Rein v. McKenna

57 Va. Cir. 286, 2002 Va. Cir. LEXIS 209
CourtVirginia Circuit Court
DecidedJanuary 24, 2002
DocketCase No. (Law) CL00-1727
StatusPublished

This text of 57 Va. Cir. 286 (Rein v. McKenna) is published on Counsel Stack Legal Research, covering Virginia Circuit Court primary law. Counsel Stack provides free access to over 12 million legal documents including statutes, case law, regulations, and constitutions.

Bluebook
Rein v. McKenna, 57 Va. Cir. 286, 2002 Va. Cir. LEXIS 209 (Va. Super. Ct. 2002).

Opinion

By Judge Charles D. Griffith, Jr.

This matter comes before the Court on the Demurrer, Special Pleas, and Motion to Dismiss of Defendants Willafay Hopkins McKenna (McKenna), McKenna & Associates, and McKenna & Rose filed on August 16, 2001, and a Motion for Summary Judgment filed by Defendants on September 20, 2001. Defendants’ motions and pleadings stem from a Motion for Judgment filed by Plaintiff Susan Rein on July 31, 2000. Defendants filed memorandums of law in support their Demurrer, Special Pleas, and Motions, and a hearing was held before this Court on November 2, 2001. The Court gave leave to the parties to submit written responses to matters raised at the hearing. To date, Rein has not submitted a written response; however, Defendants filed theirs on December 28, 2001. After considering the relevant facts and inferences, the Court holds that Defendants’ Demurrer should be sustained.

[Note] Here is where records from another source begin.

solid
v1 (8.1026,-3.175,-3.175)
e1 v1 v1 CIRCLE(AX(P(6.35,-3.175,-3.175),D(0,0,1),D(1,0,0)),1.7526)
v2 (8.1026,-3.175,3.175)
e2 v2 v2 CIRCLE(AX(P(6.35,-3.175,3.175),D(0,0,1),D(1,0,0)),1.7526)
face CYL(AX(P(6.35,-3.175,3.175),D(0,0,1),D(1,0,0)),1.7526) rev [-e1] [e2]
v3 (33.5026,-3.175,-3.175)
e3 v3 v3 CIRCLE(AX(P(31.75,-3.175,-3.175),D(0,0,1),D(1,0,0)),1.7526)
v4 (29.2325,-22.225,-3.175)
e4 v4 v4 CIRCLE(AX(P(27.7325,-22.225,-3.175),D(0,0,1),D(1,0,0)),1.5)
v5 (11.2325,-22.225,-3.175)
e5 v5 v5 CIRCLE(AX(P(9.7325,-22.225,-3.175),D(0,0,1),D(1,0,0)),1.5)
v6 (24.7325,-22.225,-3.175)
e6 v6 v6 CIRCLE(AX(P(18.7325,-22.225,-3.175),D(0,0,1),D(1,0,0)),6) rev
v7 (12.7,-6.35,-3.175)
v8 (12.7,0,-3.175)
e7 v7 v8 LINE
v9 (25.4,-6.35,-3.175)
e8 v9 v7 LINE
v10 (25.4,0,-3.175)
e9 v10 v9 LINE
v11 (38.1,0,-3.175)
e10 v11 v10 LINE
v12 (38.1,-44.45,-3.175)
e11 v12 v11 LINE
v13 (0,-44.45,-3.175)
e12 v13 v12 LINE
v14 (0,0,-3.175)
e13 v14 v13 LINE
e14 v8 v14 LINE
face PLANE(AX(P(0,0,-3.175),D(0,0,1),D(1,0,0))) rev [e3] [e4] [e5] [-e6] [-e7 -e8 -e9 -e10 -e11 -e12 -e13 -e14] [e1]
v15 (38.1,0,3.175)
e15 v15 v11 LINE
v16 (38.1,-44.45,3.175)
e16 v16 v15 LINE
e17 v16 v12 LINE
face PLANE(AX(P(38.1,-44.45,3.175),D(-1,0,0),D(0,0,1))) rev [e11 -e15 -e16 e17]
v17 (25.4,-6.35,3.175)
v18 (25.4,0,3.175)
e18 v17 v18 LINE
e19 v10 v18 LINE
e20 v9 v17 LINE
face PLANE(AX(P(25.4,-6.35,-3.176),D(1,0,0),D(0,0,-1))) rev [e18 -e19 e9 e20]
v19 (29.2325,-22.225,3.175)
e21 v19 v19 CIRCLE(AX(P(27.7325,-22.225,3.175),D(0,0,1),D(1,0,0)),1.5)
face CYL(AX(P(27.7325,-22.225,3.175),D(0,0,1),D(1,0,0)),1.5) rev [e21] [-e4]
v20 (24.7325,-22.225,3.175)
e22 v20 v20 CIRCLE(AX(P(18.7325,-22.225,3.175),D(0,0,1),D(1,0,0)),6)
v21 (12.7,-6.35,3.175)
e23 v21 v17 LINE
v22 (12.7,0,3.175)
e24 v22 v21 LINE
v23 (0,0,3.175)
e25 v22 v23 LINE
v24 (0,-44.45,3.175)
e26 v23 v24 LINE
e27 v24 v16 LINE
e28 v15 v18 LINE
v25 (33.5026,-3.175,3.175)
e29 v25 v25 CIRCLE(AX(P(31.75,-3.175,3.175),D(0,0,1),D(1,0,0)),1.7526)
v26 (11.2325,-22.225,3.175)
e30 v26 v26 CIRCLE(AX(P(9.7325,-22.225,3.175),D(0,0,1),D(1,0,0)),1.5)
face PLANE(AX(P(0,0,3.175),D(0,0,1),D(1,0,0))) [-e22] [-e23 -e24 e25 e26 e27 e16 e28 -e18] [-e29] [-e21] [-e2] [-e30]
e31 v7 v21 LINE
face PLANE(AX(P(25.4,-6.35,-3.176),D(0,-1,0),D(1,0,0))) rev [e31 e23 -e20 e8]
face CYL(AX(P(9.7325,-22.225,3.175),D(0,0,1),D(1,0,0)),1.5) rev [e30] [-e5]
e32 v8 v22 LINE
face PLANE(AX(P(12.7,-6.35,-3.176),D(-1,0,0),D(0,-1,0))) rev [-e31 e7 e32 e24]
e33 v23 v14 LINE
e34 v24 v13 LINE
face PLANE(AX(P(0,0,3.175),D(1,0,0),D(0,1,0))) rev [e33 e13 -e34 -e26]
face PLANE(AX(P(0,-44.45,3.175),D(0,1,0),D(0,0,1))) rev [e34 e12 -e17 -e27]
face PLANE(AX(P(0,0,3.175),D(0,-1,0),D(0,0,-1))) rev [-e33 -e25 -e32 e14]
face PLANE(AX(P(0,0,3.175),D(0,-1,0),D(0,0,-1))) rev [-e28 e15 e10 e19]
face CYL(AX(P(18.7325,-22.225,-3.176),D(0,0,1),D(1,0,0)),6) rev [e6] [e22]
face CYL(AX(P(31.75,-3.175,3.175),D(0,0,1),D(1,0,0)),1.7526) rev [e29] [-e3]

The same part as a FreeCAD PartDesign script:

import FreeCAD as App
import Part
import Sketcher

V = App.Vector
Q = App.Units.Quantity

doc = App.newDocument("Part")
body = doc.addObject("PartDesign::Body", "Body")

# Sketch on XY plane
sketch1 = body.newObject("Sketcher::SketchObject", "Sketch")
sketch1.AttachmentSupport = (doc.getObject("XY_Plane"), [""])
sketch1.MapMode = "FlatFace"
sketch1.addGeometry([
    Part.LineSegment(V(0, 0, 0), V(0, -44, 0)),
    Part.LineSegment(V(0, -44, 0), V(38, -44, 0)),
    Part.LineSegment(V(38, -44, 0), V(38, 0, 0)),
    Part.LineSegment(V(38, 0, 0), V(0, 0, 0)),
], False)
sketch1.addConstraint([
    Sketcher.Constraint("Coincident", 0, 2, 1, 1),
    Sketcher.Constraint("Coincident", 1, 2, 2, 1),
    Sketcher.Constraint("Coincident", 2, 2, 3, 1),
    Sketcher.Constraint("Coincident", 3, 2, 0, 1),
    Sketcher.Constraint("Vertical", 0),
    Sketcher.Constraint("Horizontal", 1),
    Sketcher.Constraint("Vertical", 2),
    Sketcher.Constraint("Horizontal", 3),
    Sketcher.Constraint("Coincident", 3, 2, -1, 1),
    Sketcher.Constraint("DistanceX", 1, 1, 1, 2, Q("1.5 in")),
    Sketcher.Constraint("DistanceY", 0, 2, 0, 1, Q("1.75 in")),
])
pad1 = body.newObject("PartDesign::Pad", "Pad")
pad1.Profile = sketch1
pad1.Length = Q("0.25 in")
pad1.Midplane = True

# Sketch on XY plane
sketch2 = body.newObject("Sketcher::SketchObject", "Sketch001")
sketch2.AttachmentSupport = (doc.getObject("XY_Plane"), [""])
sketch2.MapMode = "FlatFace"
sketch2.AttachmentOffset = App.Placement(V(0, 0, 0.125 * 25.4), App.Rotation())
sketch2.addGeometry([
    Part.Circle(V(6.3, -3.2, 0), V(0, 0, 1), 1.8),
    Part.Circle(V(31.8, -3.2, 0), V(0, 0, 1), 1.8),
], False)
sketch2.addConstraint([
    Sketcher.Constraint("Equal", 0, 1),
    Sketcher.Constraint("Horizontal", 0, 3, 1, 3),
    Sketcher.Constraint("Diameter", 0, Q("0.138 in")),
    Sketcher.Constraint("DistanceX", 0, 3, 1, 3, Q("1 in")),
    Sketcher.Constraint("DistanceX", -1, 1, 0, 3, Q("0.25 in")),
    Sketcher.Constraint("DistanceY", 0, 3, -1, 1, Q("0.125 in")),
])
doc.recompute()
hole = body.newObject("PartDesign::Hole", "Hole")
hole.Profile = sketch2
hole.ThreadType = "None"
hole.Diameter = Q("0.138 in")
hole.DepthType = "ThroughAll"

# Sketch on XY plane
sketch3 = body.newObject("Sketcher::SketchObject", "Sketch002")
sketch3.AttachmentSupport = (doc.getObject("XY_Plane"), [""])
sketch3.MapMode = "FlatFace"
sketch3.AttachmentOffset = App.Placement(V(0, 0, 0.125 * 25.4), App.Rotation())
sketch3.addGeometry([
    Part.LineSegment(V(13, 0, 0), V(13, -6, 0)),
    Part.LineSegment(V(13, -6, 0), V(25, -6, 0)),
    Part.LineSegment(V(25, -6, 0), V(25, 0, 0)),
    Part.LineSegment(V(25, 0, 0), V(13, 0, 0)),
], False)
sketch3.addConstraint([
    Sketcher.Constraint("Coincident", 0, 2, 1, 1),
    Sketcher.Constraint("Coincident", 1, 2, 2, 1),
    Sketcher.Constraint("Coincident", 2, 2, 3, 1),
    Sketcher.Constraint("Coincident", 3, 2, 0, 1),
    Sketcher.Constraint("Vertical", 0),
    Sketcher.Constraint("Horizontal", 1),
    Sketcher.Constraint("Vertical", 2),
    Sketcher.Constraint("Horizontal", 3),
    Sketcher.Constraint("PointOnObject", 2, 2, -1),
    Sketcher.Constraint("DistanceX", 1, 1, 1, 2, Q("0.5 in")),
    Sketcher.Constraint("DistanceX", -1, 1, 1, 2, Q("1 in")),
    Sketcher.Constraint("DistanceY", 0, 2, 0, 1, Q("0.25 in")),
])
pocket1 = body.newObject("PartDesign::Pocket", "Pocket")
pocket1.Profile = sketch3
pocket1.Type = "UpToFirst"

# Sketch on XY plane
sketch4 = body.newObject("Sketcher::SketchObject", "Sketch003")
sketch4.AttachmentSupport = (doc.getObject("XY_Plane"), [""])
sketch4.MapMode = "FlatFace"
sketch4.AttachmentOffset = App.Placement(V(0, 0, 0.125 * 25.4), App.Rotation())
sketch4.addGeometry(Part.Circle(V(19, -22, 0), V(0, 0, 1), 6), False)
sketch4.addConstraint([
    Sketcher.Constraint("Diameter", 0, 12.0),
    Sketcher.Constraint("DistanceY", 0, 3, -1, 1, Q("0.875 in")),
    Sketcher.Constraint("DistanceX", -1, 1, 0, 3, Q("0.7375 in")),
])
pocket2 = body.newObject("PartDesign::Pocket", "Pocket001")
pocket2.Profile = sketch4
pocket2.Type = "UpToFirst"

# Sketch on XY plane
sketch5 = body.newObject("Sketcher::SketchObject", "Sketch004")
sketch5.AttachmentSupport = (doc.getObject("XY_Plane"), [""])
sketch5.MapMode = "FlatFace"
sketch5.AttachmentOffset = App.Placement(V(0, 0, 0.125 * 25.4), App.Rotation())
sketch5.addGeometry([
    Part.Circle(V(27.7, -22.2, 0), V(0, 0, 1), 1.5),
    Part.Circle(V(9.7, -22.2, 0), V(0, 0, 1), 1.5),
], False)
sketch5.addConstraint([
    Sketcher.Constraint("Equal", 0, 1),
    Sketcher.Constraint("Horizontal", 0, 3, 1, 3),
    Sketcher.Constraint("Diameter", 0, 3.0),
    Sketcher.Constraint("DistanceY", 0, 3, -1, 1, Q("0.875 in")),
    Sketcher.Constraint("DistanceX", -1, 1, 0, 3, 27.7325),
    Sketcher.Constraint("DistanceX", -1, 1, 1, 3, 9.7325),
])
doc.recompute()
hole2 = body.newObject("PartDesign::Hole", "Hole001")
hole2.Profile = sketch5
hole2.ThreadType = "None"
hole2.Diameter = 3
hole2.DepthType = "ThroughAll"

doc.recompute()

This matter arose from Defendant McKenna’s legal representation of Rein, which commenced on or about July 13, 1993, and ended in early 1996. Rein alleges that she retained McKenna, in her capacity as a partner with Defendants McKenna & Associates and McKenna & Rose, to review the representation of her prior attorney and represent her in an appeal, the subsequent remand, and other matters regarding her divorce. PL’s Mot. for J. ¶¶ 13, 14. Rein claims that McKenna was negligent and breached her [287]*287fiduciary duties to her regarding those aspects of the legal representation, and, as a result, Rein was damaged. Id. ¶¶ 16,17.

In its Demurrer, Defendants allege that Rein’s Motion for Judgment is insufficient at law, does not state a cause of action, and fails to state claims and/or facts upon which the relief demanded may be granted. Defendants raise several arguments in support of their allegations. Included among Defendants’ claims are that no causes of action for negligence and/or breach of a fiduciary duty exist against any Defendant, the claims are barred by the economic loss rule, and there is neither privity of contract nor any duty owed to Rein. Defs.’ Demurrer at 2-3. Defendants also made Special Pleas, a Motion to Dismiss, and a Motion for Summary Judgment; however, this Opinion shall address only the Demurrer.

A demurrer tests the sufficiency of factual allegations to determine whether a motion for judgment states a cause of action. Fun v. Virginia Military Inst., 245 Va. 249, 252, 427 S.E.2d 181, 183 (1993). A demurrer “admits the truth of all material facts that are properly pleaded, facts which are impliedly alleged, and facts which may be fairly and justly inferred from the alleged facts.” Delk v. Columbia/HCA Healthcare Corp., 259 Va. 125, 129, 523 S.E.2d 826, 829 (2000) (quoting Cox Cable Hampton Roads, Inc. v. City of Norfolk, 242 Va. 394, 397, 410 S.E.2d 652, 653 (1991)). However, “a demurrer does not admit the correctness of the pleader’s conclusions of law.” Fox v. Custis, 236 Va. 69, 71, 372 S.E.2d 373, 374 (1988) (citations omitted).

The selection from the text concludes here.